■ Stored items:
[Start of section]

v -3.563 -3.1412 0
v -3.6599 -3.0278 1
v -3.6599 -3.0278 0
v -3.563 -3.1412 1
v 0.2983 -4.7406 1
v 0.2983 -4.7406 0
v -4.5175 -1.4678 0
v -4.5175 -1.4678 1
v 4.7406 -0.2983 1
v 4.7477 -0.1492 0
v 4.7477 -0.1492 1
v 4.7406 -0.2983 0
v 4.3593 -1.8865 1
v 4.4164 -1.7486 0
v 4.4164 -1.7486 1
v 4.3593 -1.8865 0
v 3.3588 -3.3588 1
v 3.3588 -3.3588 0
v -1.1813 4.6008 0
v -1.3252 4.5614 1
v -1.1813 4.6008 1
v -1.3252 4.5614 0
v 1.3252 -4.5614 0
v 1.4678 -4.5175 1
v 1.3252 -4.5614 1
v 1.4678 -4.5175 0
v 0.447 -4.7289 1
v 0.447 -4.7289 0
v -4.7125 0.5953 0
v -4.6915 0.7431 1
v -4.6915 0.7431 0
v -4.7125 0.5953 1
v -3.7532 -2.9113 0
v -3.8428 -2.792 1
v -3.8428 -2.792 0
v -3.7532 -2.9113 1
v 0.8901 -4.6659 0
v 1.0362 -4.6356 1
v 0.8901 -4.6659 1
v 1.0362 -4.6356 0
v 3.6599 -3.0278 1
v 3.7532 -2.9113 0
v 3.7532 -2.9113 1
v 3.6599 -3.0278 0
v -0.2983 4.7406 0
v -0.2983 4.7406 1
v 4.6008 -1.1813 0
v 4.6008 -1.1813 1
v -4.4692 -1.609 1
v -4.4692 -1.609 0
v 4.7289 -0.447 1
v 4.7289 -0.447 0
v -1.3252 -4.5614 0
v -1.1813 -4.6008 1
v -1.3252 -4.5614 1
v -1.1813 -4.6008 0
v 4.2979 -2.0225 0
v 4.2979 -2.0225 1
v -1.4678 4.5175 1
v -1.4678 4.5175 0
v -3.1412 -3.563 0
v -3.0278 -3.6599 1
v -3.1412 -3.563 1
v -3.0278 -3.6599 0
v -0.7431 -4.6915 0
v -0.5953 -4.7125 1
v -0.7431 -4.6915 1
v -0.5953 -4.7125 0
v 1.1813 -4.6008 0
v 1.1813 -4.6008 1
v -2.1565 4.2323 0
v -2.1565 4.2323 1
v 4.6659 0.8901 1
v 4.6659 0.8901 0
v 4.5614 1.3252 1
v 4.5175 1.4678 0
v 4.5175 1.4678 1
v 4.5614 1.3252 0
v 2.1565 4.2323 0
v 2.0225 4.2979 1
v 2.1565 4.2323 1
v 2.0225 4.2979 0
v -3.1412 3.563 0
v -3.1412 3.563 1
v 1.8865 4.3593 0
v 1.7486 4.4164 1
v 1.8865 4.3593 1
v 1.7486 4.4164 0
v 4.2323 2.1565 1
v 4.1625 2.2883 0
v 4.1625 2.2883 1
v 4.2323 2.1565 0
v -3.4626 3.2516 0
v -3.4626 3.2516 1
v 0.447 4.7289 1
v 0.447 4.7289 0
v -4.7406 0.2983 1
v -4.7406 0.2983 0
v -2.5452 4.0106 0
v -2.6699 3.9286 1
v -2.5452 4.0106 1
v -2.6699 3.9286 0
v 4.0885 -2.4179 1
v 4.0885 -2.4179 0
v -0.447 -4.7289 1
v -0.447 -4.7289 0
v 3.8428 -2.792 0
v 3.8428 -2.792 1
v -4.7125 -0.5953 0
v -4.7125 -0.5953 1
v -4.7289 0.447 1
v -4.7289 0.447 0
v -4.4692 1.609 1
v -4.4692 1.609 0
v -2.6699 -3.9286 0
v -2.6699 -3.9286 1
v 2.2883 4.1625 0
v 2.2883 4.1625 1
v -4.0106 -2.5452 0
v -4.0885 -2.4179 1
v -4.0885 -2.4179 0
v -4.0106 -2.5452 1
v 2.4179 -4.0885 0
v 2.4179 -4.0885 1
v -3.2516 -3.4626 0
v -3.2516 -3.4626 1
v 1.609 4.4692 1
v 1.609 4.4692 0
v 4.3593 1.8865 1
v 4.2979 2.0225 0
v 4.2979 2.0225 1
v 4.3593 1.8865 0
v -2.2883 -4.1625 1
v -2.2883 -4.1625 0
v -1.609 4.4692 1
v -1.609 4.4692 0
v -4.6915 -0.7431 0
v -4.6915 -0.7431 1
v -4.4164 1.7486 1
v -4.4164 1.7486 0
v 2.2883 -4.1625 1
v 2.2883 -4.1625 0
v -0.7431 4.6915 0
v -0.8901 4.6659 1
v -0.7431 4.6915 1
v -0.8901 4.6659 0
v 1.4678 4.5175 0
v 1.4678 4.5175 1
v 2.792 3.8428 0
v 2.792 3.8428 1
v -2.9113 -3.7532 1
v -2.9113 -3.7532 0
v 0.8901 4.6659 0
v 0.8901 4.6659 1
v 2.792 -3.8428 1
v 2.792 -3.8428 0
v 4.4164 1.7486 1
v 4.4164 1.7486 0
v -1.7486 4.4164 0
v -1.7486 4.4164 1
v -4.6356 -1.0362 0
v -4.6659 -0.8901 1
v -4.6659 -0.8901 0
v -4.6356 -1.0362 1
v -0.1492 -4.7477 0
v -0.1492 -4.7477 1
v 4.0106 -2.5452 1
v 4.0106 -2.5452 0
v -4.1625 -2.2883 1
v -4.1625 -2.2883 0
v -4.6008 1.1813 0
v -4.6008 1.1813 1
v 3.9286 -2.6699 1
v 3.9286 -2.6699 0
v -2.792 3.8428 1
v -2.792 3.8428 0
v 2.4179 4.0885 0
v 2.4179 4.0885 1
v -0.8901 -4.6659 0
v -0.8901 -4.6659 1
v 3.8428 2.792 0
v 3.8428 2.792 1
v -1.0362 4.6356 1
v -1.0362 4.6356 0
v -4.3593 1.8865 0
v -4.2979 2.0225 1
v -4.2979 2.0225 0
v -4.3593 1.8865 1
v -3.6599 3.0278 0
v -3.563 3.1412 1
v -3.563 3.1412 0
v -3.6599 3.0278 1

[End of section]

■ What needs to be done: Start with the line above that contains "v -0.447 -4.7289 1" and end with the line that contains "v -4.6915 -0.7431 0". Write out those lines exactly, and only those.

■ Result for this exercise:
v -0.447 -4.7289 1
v -0.447 -4.7289 0
v 3.8428 -2.792 0
v 3.8428 -2.792 1
v -4.7125 -0.5953 0
v -4.7125 -0.5953 1
v -4.7289 0.447 1
v -4.7289 0.447 0
v -4.4692 1.609 1
v -4.4692 1.609 0
v -2.6699 -3.9286 0
v -2.6699 -3.9286 1
v 2.2883 4.1625 0
v 2.2883 4.1625 1
v -4.0106 -2.5452 0
v -4.0885 -2.4179 1
v -4.0885 -2.4179 0
v -4.0106 -2.5452 1
v 2.4179 -4.0885 0
v 2.4179 -4.0885 1
v -3.2516 -3.4626 0
v -3.2516 -3.4626 1
v 1.609 4.4692 1
v 1.609 4.4692 0
v 4.3593 1.8865 1
v 4.2979 2.0225 0
v 4.2979 2.0225 1
v 4.3593 1.8865 0
v -2.2883 -4.1625 1
v -2.2883 -4.1625 0
v -1.609 4.4692 1
v -1.609 4.4692 0
v -4.6915 -0.7431 0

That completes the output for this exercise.